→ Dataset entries
==*==

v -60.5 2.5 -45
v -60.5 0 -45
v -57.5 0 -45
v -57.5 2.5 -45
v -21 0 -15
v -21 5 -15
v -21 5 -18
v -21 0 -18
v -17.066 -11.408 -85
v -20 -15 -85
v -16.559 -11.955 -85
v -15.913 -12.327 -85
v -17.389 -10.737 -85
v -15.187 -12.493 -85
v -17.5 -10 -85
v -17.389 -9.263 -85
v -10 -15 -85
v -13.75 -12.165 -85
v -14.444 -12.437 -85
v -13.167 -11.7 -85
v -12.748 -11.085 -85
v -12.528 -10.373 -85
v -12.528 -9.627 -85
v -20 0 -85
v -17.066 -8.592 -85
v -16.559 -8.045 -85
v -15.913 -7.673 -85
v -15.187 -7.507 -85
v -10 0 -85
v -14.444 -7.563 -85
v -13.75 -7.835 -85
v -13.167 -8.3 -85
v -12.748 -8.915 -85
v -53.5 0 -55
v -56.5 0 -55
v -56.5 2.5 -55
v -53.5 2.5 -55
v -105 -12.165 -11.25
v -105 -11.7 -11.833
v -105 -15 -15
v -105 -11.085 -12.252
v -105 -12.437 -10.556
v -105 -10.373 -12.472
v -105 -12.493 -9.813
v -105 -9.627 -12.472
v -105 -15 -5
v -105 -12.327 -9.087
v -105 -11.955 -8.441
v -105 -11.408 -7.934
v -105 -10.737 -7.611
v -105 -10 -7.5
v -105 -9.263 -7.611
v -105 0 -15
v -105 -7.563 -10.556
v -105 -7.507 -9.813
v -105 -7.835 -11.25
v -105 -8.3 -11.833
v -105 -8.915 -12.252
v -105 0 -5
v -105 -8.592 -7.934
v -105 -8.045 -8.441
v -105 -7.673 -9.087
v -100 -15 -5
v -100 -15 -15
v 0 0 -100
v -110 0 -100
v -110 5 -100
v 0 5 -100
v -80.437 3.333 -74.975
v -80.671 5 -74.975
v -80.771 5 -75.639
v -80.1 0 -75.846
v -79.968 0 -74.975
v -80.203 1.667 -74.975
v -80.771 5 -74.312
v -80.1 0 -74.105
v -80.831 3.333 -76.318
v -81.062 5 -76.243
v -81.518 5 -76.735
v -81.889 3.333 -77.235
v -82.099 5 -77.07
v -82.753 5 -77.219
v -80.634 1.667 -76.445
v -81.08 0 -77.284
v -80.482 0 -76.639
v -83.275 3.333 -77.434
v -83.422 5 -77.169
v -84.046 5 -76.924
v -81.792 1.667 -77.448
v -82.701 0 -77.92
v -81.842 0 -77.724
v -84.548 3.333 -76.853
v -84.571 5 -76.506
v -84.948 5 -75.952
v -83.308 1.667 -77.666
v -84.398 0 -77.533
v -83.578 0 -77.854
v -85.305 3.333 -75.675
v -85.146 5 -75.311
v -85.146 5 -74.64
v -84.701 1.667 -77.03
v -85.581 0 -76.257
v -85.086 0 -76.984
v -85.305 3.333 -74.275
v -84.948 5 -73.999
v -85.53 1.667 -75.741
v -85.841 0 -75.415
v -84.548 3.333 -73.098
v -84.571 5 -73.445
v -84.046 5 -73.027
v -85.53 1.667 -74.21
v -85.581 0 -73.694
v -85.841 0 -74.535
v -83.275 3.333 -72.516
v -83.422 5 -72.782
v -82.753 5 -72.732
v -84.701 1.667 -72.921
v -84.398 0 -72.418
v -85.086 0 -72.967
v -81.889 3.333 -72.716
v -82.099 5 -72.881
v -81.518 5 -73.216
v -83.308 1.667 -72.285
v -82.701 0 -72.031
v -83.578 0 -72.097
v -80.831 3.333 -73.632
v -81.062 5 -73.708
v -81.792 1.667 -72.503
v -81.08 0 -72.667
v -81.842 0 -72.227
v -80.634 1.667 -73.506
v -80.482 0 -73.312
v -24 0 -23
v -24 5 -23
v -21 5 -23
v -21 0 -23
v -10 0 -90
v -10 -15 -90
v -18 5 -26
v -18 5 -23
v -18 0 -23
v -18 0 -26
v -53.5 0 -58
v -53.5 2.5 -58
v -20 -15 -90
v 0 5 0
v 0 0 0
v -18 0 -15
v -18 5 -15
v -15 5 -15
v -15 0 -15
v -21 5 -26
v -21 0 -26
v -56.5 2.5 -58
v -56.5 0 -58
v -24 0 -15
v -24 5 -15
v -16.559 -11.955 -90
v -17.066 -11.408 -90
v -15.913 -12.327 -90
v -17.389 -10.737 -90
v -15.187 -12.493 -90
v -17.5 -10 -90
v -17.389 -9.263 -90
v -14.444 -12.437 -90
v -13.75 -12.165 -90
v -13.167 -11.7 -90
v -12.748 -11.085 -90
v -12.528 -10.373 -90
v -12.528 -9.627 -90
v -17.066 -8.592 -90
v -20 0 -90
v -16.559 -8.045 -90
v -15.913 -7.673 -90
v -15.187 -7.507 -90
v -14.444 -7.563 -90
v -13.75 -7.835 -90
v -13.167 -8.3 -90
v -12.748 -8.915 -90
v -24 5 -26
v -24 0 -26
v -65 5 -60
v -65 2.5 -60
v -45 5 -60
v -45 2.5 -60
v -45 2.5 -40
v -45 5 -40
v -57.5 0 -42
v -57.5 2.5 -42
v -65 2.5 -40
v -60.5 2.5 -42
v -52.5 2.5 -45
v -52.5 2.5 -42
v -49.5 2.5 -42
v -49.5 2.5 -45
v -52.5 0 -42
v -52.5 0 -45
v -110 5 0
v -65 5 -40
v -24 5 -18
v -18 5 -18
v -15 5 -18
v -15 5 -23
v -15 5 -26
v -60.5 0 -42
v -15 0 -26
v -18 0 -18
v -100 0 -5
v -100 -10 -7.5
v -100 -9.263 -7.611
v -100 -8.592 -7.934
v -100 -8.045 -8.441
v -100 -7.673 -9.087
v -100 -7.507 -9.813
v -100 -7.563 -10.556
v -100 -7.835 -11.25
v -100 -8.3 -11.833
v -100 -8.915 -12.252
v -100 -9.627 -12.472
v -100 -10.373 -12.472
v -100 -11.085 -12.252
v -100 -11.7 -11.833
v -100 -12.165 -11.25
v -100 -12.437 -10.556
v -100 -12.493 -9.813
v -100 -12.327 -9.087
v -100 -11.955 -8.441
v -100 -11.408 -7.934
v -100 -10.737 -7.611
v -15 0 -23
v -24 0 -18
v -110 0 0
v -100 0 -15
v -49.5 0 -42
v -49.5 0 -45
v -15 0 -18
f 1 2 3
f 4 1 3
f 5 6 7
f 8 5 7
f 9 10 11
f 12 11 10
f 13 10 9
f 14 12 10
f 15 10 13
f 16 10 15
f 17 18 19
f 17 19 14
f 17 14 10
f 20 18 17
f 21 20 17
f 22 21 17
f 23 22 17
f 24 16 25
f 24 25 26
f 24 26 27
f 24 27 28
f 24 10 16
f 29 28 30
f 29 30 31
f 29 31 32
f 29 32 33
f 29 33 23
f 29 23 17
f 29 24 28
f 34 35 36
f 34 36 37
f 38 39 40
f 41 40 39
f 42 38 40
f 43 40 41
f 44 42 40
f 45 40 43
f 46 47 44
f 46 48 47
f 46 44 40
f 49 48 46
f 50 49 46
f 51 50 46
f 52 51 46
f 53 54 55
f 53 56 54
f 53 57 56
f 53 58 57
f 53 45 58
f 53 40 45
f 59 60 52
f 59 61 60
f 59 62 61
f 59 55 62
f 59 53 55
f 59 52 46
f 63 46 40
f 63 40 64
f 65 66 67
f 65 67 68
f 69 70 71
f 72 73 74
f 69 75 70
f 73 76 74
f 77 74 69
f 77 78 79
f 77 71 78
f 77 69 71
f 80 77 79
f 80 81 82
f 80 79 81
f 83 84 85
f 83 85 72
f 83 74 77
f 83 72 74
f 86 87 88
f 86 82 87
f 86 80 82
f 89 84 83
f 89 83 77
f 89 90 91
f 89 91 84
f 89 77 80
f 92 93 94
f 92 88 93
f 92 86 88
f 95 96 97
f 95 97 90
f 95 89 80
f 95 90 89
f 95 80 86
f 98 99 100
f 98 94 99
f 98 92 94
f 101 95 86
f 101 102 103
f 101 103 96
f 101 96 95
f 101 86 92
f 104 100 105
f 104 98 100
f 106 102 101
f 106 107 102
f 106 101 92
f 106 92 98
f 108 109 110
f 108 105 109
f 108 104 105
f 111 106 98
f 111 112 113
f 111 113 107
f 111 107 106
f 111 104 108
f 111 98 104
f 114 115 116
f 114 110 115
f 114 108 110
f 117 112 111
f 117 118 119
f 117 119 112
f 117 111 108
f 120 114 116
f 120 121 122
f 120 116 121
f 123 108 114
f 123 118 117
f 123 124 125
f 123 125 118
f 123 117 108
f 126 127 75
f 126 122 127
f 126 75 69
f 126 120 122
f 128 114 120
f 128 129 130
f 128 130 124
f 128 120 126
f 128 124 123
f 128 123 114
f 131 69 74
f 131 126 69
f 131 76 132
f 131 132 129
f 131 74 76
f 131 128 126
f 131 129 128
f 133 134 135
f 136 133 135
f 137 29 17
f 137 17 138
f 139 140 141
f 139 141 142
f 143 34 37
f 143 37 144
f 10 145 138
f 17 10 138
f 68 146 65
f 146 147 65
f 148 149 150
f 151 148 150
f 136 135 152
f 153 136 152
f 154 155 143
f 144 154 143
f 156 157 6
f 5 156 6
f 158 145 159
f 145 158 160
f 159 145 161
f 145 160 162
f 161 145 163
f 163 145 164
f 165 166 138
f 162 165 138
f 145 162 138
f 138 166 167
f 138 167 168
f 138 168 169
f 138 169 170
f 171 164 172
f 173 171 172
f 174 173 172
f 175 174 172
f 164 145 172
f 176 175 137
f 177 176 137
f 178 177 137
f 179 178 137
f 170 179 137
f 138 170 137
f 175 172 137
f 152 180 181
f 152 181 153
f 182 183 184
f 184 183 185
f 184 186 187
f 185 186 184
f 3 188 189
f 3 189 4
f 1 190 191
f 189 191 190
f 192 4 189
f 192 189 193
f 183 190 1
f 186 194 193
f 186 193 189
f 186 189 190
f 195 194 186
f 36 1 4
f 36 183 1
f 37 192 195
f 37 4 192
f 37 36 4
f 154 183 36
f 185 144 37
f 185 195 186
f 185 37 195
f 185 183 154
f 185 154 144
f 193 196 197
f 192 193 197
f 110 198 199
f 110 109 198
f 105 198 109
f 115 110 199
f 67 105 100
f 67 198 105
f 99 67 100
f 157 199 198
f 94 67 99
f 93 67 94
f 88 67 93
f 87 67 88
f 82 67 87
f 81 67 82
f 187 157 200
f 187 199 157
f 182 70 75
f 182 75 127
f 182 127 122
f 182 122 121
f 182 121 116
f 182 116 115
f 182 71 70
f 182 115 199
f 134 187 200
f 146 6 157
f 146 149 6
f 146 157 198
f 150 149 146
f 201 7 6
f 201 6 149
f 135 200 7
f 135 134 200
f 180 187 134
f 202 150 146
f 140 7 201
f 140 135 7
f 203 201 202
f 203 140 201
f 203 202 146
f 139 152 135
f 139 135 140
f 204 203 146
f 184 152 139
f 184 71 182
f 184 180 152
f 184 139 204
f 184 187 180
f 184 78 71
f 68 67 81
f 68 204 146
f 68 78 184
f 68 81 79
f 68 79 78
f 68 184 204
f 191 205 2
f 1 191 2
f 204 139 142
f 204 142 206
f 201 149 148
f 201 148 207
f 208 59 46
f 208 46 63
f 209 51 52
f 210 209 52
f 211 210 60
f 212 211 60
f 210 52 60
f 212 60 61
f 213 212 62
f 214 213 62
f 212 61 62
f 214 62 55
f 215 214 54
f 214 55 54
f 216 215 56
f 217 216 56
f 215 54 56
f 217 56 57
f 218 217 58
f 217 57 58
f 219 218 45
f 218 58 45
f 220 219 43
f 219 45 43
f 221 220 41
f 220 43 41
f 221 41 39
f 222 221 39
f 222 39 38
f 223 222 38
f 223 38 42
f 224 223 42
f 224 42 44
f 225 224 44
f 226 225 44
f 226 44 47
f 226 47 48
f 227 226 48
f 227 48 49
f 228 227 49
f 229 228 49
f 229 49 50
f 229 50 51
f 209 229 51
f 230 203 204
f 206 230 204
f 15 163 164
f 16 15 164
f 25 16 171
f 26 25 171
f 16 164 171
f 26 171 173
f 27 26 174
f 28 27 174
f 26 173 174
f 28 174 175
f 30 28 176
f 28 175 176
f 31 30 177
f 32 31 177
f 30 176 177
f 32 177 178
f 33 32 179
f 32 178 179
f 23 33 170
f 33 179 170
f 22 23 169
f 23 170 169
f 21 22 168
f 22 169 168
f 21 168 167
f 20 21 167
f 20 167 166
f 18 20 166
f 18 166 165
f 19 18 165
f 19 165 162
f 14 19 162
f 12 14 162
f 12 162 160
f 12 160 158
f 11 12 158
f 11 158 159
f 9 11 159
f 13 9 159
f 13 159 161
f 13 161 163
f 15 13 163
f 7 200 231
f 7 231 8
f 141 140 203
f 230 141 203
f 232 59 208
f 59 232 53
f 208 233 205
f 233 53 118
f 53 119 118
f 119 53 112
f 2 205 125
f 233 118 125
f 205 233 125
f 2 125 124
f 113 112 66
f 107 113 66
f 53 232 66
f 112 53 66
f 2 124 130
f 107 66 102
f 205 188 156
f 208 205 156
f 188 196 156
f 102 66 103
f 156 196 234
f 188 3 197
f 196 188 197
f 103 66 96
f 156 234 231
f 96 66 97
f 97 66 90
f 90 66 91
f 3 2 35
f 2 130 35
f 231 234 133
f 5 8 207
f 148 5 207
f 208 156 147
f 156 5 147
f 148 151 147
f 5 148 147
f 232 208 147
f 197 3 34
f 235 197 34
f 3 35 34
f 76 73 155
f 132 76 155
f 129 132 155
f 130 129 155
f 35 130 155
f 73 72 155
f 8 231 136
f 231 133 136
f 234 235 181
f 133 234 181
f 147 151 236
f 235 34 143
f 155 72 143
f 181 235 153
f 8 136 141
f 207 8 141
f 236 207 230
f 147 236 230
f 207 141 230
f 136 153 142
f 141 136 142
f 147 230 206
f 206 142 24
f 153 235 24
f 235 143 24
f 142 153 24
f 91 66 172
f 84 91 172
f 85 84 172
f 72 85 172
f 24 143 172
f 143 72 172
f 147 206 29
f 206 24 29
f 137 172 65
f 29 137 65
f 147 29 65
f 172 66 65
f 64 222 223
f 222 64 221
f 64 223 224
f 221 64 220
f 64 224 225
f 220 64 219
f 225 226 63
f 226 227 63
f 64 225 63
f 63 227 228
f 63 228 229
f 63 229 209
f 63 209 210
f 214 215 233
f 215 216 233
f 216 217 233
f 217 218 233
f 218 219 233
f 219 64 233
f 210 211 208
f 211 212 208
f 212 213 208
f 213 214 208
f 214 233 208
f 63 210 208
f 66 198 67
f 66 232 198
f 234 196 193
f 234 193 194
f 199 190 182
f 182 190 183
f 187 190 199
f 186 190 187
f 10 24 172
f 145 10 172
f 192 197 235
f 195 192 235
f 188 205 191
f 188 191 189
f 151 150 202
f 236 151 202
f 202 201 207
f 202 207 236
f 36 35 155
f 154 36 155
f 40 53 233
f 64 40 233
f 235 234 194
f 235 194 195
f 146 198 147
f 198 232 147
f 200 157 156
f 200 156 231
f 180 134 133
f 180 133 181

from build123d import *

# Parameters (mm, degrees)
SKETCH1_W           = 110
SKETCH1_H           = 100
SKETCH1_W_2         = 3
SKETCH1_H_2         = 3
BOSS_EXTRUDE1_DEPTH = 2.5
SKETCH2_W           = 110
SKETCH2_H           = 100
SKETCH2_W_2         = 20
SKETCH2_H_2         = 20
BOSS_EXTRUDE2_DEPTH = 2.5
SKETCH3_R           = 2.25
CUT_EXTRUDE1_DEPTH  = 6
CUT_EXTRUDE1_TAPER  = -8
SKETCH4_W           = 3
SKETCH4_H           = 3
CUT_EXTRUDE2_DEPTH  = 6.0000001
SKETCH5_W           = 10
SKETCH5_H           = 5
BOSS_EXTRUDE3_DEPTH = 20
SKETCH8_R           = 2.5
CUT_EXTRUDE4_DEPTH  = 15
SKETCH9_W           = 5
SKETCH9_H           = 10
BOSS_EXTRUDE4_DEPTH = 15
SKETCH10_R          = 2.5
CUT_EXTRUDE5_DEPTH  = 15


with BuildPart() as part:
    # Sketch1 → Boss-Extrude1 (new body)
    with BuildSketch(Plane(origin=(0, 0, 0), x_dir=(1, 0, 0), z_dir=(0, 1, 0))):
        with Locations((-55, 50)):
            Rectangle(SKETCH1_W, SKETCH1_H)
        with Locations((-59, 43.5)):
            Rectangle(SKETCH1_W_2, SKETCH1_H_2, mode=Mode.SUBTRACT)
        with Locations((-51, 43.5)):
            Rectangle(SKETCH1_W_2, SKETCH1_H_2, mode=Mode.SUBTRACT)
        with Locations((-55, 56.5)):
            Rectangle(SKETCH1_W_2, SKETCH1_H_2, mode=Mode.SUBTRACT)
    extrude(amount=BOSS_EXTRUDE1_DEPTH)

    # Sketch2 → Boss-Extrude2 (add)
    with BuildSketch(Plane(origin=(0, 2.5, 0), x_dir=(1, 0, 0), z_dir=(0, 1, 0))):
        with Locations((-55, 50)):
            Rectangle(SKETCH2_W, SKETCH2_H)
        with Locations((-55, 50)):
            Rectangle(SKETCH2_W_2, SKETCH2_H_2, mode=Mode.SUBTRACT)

==*==

→ Exercise description
Please make an exact copy of the lines above from the line with "v -10 -15 -90" through the line with "v -15.913 -12.327 -90", both ends included.

→ Output of the task
v -10 -15 -90
v -18 5 -26
v -18 5 -23
v -18 0 -23
v -18 0 -26
v -53.5 0 -58
v -53.5 2.5 -58
v -20 -15 -90
v 0 5 0
v 0 0 0
v -18 0 -15
v -18 5 -15
v -15 5 -15
v -15 0 -15
v -21 5 -26
v -21 0 -26
v -56.5 2.5 -58
v -56.5 0 -58
v -24 0 -15
v -24 5 -15
v -16.559 -11.955 -90
v -17.066 -11.408 -90
v -15.913 -12.327 -90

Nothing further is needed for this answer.